New words and phrases are constantly popping up in my life. Maybe you’re more in the know than I am and maybe these things don’t persistently jump out at you because you’re already aware of them – but, for me, they almost continually surface in unexpected ways.
I can even remember when certain terms entered my personal lexicon. Take “24/7.”
My friend Becky innocently tossed it out one day, and I managed to translate it silently in my head to “24 hours a day, seven days a week.” My memory and a recent web search both tell me that this was probably in the 1980s, when the shortened “24/7” phraseology was first officially noted. Actually, such an internal translation wasn’t that hard. Same with “cray cray” for “crazy.” The context provided the key.
Other words, though, particularly the non-slang variety, are a bit more difficult. I actually keep a list of such words I’ve run across while reading. (Yes, I’m a word lover, a word nerd, a logophile, a lexiphile – take your pick.) Currently at the top of that rather long list are “anodyne” and “boffinry.”

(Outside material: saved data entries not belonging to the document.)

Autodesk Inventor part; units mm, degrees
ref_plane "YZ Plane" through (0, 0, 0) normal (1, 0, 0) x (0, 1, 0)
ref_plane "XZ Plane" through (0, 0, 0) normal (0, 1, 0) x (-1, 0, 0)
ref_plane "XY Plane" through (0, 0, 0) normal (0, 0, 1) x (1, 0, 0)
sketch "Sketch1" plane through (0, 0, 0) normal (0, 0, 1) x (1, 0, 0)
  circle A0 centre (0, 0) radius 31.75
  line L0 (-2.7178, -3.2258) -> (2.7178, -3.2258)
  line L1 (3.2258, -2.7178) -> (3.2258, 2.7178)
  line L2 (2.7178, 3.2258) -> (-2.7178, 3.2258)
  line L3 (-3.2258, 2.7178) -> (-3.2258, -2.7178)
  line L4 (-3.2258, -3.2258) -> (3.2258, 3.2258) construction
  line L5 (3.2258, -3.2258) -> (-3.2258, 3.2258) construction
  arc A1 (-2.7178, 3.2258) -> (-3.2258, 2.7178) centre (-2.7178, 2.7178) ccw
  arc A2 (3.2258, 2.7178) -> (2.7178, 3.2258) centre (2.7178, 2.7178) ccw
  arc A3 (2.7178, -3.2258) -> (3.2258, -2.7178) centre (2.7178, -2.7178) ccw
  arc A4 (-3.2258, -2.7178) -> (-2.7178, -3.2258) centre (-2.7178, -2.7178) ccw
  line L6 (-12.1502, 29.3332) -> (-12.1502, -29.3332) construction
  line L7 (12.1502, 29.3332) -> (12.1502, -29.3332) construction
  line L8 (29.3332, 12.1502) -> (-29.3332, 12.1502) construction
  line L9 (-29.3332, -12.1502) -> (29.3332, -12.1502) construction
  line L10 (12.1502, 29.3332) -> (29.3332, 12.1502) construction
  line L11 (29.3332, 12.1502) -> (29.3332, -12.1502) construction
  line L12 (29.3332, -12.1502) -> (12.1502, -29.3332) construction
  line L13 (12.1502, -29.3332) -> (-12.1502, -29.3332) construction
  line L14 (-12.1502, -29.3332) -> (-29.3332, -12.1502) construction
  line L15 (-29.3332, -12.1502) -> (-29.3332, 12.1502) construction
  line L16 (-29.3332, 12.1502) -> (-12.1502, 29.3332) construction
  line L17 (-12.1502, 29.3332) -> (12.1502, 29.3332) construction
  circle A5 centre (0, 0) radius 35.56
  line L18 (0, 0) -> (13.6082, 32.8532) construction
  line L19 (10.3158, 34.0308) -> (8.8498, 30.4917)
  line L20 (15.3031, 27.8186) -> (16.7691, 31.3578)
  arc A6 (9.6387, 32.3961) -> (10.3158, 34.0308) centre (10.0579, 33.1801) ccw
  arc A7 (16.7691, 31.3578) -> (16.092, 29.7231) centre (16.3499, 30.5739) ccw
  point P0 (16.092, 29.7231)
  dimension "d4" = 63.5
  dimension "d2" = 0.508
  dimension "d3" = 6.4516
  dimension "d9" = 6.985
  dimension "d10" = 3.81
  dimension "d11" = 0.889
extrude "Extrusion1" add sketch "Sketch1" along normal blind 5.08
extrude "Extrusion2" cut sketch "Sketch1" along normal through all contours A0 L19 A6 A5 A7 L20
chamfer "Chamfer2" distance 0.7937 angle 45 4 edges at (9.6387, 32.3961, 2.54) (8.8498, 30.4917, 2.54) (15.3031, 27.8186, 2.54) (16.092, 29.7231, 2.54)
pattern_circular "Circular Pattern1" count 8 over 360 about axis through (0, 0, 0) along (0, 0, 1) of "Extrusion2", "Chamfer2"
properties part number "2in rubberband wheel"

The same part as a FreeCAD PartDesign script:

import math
import FreeCAD as App
import Part
import Sketcher

V = App.Vector
Q = App.Units.Quantity


def edges_at(feature, points):
    """Names of the edges that pass closest to the given points."""
    edges = feature.Shape.Edges
    near = lambda p: min(range(len(edges)), key=lambda i: edges[i].distToShape(Part.Vertex(*p))[0])
    return sorted({f"Edge{near(p) + 1}" for p in points})

doc = App.newDocument("Part")
body = doc.addObject("PartDesign::Body", "Body")

# Sketch on XY plane
sketch1 = body.newObject("Sketcher::SketchObject", "Sketch")
sketch1.AttachmentSupport = (doc.getObject("XY_Plane"), [""])
sketch1.MapMode = "FlatFace"
sketch1.addGeometry([
    Part.Circle(V(0, 0, 0), V(0, 0, 1), 35.6),  # 0
    Part.LineSegment(V(2.7, -3.2, 0), V(-2.7, -3.2, 0)),  # 1
    Part.ArcOfCircle(Part.Circle(V(-2.7, -2.7, 0), V(0, 0, 1), 0.5), math.radians(180), math.radians(270)),  # 2
    Part.LineSegment(V(-3.2, -2.7, 0), V(-3.2, 2.7, 0)),  # 3
    Part.ArcOfCircle(Part.Circle(V(-2.7, 2.7, 0), V(0, 0, 1), 0.5), math.radians(90), math.radians(180)),  # 4
    Part.LineSegment(V(-2.7, 3.2, 0), V(2.7, 3.2, 0)),  # 5
    Part.ArcOfCircle(Part.Circle(V(2.7, 2.7, 0), V(0, 0, 1), 0.5), math.radians(0), math.radians(90)),  # 6
    Part.LineSegment(V(3.2, 2.7, 0), V(3.2, -2.7, 0)),  # 7
    Part.ArcOfCircle(Part.Circle(V(2.7, -2.7, 0), V(0, 0, 1), 0.5), math.radians(-90), math.radians(0)),  # 8
], False)
sketch1.addConstraint([
    Sketcher.Constraint("Tangent", 1, 2, 2, 2),
    Sketcher.Constraint("Tangent", 2, 1, 3, 1),
    Sketcher.Constraint("Tangent", 3, 2, 4, 2),
    Sketcher.Constraint("Tangent", 4, 1, 5, 1),
    Sketcher.Constraint("Tangent", 5, 2, 6, 2),
    Sketcher.Constraint("Tangent", 6, 1, 7, 1),
    Sketcher.Constraint("Tangent", 7, 2, 8, 2),
    Sketcher.Constraint("Tangent", 8, 1, 1, 1),
    Sketcher.Constraint("Horizontal", 1),
    Sketcher.Constraint("Vertical", 3),
    Sketcher.Constraint("Horizontal", 5),
    Sketcher.Constraint("Vertical", 7),
    Sketcher.Constraint("Coincident", 0, 3, -1, 1),
    Sketcher.Constraint("Equal", 2, 4),
    Sketcher.Constraint("Equal", 4, 6),
    Sketcher.Constraint("Equal", 6, 8),
    Sketcher.Constraint("Symmetric", 2, 3, 6, 3, -1, 1),
    Sketcher.Constraint("Equal", 5, 3),
    Sketcher.Constraint("Radius", 2, Q("0.02 in")),
    Sketcher.Constraint("Diameter", 0, Q("2.8 in")),
    Sketcher.Constraint("DistanceX", 1, 2, 1, 1, Q("0.214 in")),
])
pad1 = body.newObject("PartDesign::Pad", "Pad")
pad1.Profile = sketch1
pad1.Length = Q("0.2 in")

# Sketch on XY plane
sketch2 = body.newObject("Sketcher::SketchObject", "Sketch001")
sketch2.AttachmentSupport = (doc.getObject("XY_Plane"), [""])
sketch2.MapMode = "FlatFace"
sketch2.addGeometry([
    Part.ArcOfCircle(Part.Circle(V(0, 0, 0), V(0, 0, 1), 31.8), math.radians(61.18), math.radians(73.82)),  # 0
    Part.LineSegment(V(15.3, 27.8, 0), V(16.1, 29.7, 0)),  # 1
    Part.ArcOfCircle(Part.Circle(V(16.3, 30.6, 0), V(0, 0, 1), 0.9), math.radians(62), math.radians(253)),  # 2
    Part.ArcOfCircle(Part.Circle(V(0, 0, 0), V(0, 0, 1), 35.6), math.radians(61.86), math.radians(73.14)),  # 3
    Part.ArcOfCircle(Part.Circle(V(10.1, 33.2, 0), V(0, 0, 1), 0.9), math.radians(-118), math.radians(73)),  # 4
    Part.LineSegment(V(9.6, 32.4, 0), V(8.8, 30.5, 0)),  # 5
], False)
sketch2.addConstraint([
    Sketcher.Constraint("Coincident", 0, 1, 1, 1),
    Sketcher.Constraint("Coincident", 1, 2, 2, 2),
    Sketcher.Constraint("Tangent", 2, 1, 3, 1),
    Sketcher.Constraint("Tangent", 3, 2, 4, 2),
    Sketcher.Constraint("Coincident", 4, 1, 5, 1),
    Sketcher.Constraint("Coincident", 5, 2, 0, 2),
    Sketcher.Constraint("Coincident", 0, 3, -1, 1),
    Sketcher.Constraint("Coincident", 3, 3, -1, 1),
    Sketcher.Constraint("Equal", 2, 4),
    Sketcher.Constraint("Parallel", 1, 5),
    Sketcher.Constraint("Equal", 1, 5),
    Sketcher.Constraint("Radius", 0, Q("1.25 in")),
    Sketcher.Constraint("Radius", 2, Q("0.035 in")),
    Sketcher.Constraint("Radius", 3, Q("1.4 in")),
    Sketcher.Constraint("Angle", 1, Q("67.4998 deg")),
    Sketcher.Constraint("DistanceX", -1, 1, 2, 3, Q("0.6437 in")),
    Sketcher.Constraint("DistanceY", -1, 1, 4, 3, Q("1.3063 in")),
    Sketcher.Constraint("DistanceY", -1, 1, 1, 2, Q("1.1702 in")),
])
pocket1 = body.newObject("PartDesign::Pocket", "Pocket")
pocket1.Profile = sketch2
pocket1.Type = "ThroughAll"
pocket1.Reversed = True
doc.recompute()

chamfer = body.newObject("PartDesign::Chamfer", "Chamfer")
chamfer.Base = (pocket1, edges_at(pocket1, [
    (9.639, 32.396, 2.54),
    (8.85, 30.492, 2.54),
    (15.303, 27.819, 2.54),
    (16.092, 29.723, 2.54),
]))
chamfer.Size = Q("0.031248 in")
doc.recompute()

polarpattern = body.newObject("PartDesign::PolarPattern", "PolarPattern")
polarpattern.Originals = [pocket1, chamfer]
polarpattern.Axis = (doc.getObject("Z_Axis"), [""])
polarpattern.Angle = 360
polarpattern.Occurrences = 8
body.Tip = polarpattern

doc.recompute()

But appearing even more recently than those obscure words: the “Sunday scaries,” also known as the “Sunday blues.” Only recently have I noticed this term, but now that it’s caught my attention, I’ve found that it’s been around since 2009.
The definition: the anxieties that build up over the course of Sunday afternoon and evening when thinking about the impending workweek, school week or other obligations that await in the week ahead. A survey conducted by job site Monster found that up to 76% of Americans self-reported having “really bad” Sunday night anxiety.
Looking back to my pre-retirement years, I can remember experiencing such emotions only a few times. Now, with no looming obligations poised to rear their ugly heads Monday morning, I can still report a dearth of such sensations. This, of course, is not to say that they don’t exist for other people and that they don’t need to be dealt with.
Before I looked up the meaning of “Sunday scaries,” my initial musings about the term caused me some mental conflict. I wondered: Why would Sunday be scary? To me, having the opportunity to attend church services with one’s forever family – as it’s often called – and being reassured concerning God’s love and care is anything but scary.
As I read through multiple articles containing advice about the Sunday scaries, an abundance of hints surfaced concerning how to deal with this particular brand of blues. I had hoped to find in the secular stories at least one suggestion that indicated paying attention to your spiritual life might make a difference. But I couldn’t find even one word related to this.
Two religiously based articles, however, did address the spiritual aspect of the situation: “How to Banish the ‘Sunday Scaries’: The Key to Living with Empowered Purpose” and “12 Surprising Ways to Get Rid of the Sunday Scaries as a Christian.” So thank goodness for that.
I’d like to add to the discussion. In the congregation I attend, our theme for this year is “Set Free in ’23.” Sermons and classes will focus on this periodically in the coming months.
To get us started, on New Year’s Day our minister spoke of redemption, of being of being set free, like the Israelites referred to in Psalm 126 when they returned to Zion from Babylonian captivity. “It was as if they were in a dream,” the minister said. “They danced; they sang; they ran; they jumped; they smiled; they laughed. They were going home.”
Then, he added, the redeemed are like that. One day we’ll be going home. Indeed, in the church, we’re already home.
When I hear that, it’s hard to feel the Sunday scaries.
Let me know if you’d ever like to talk about this.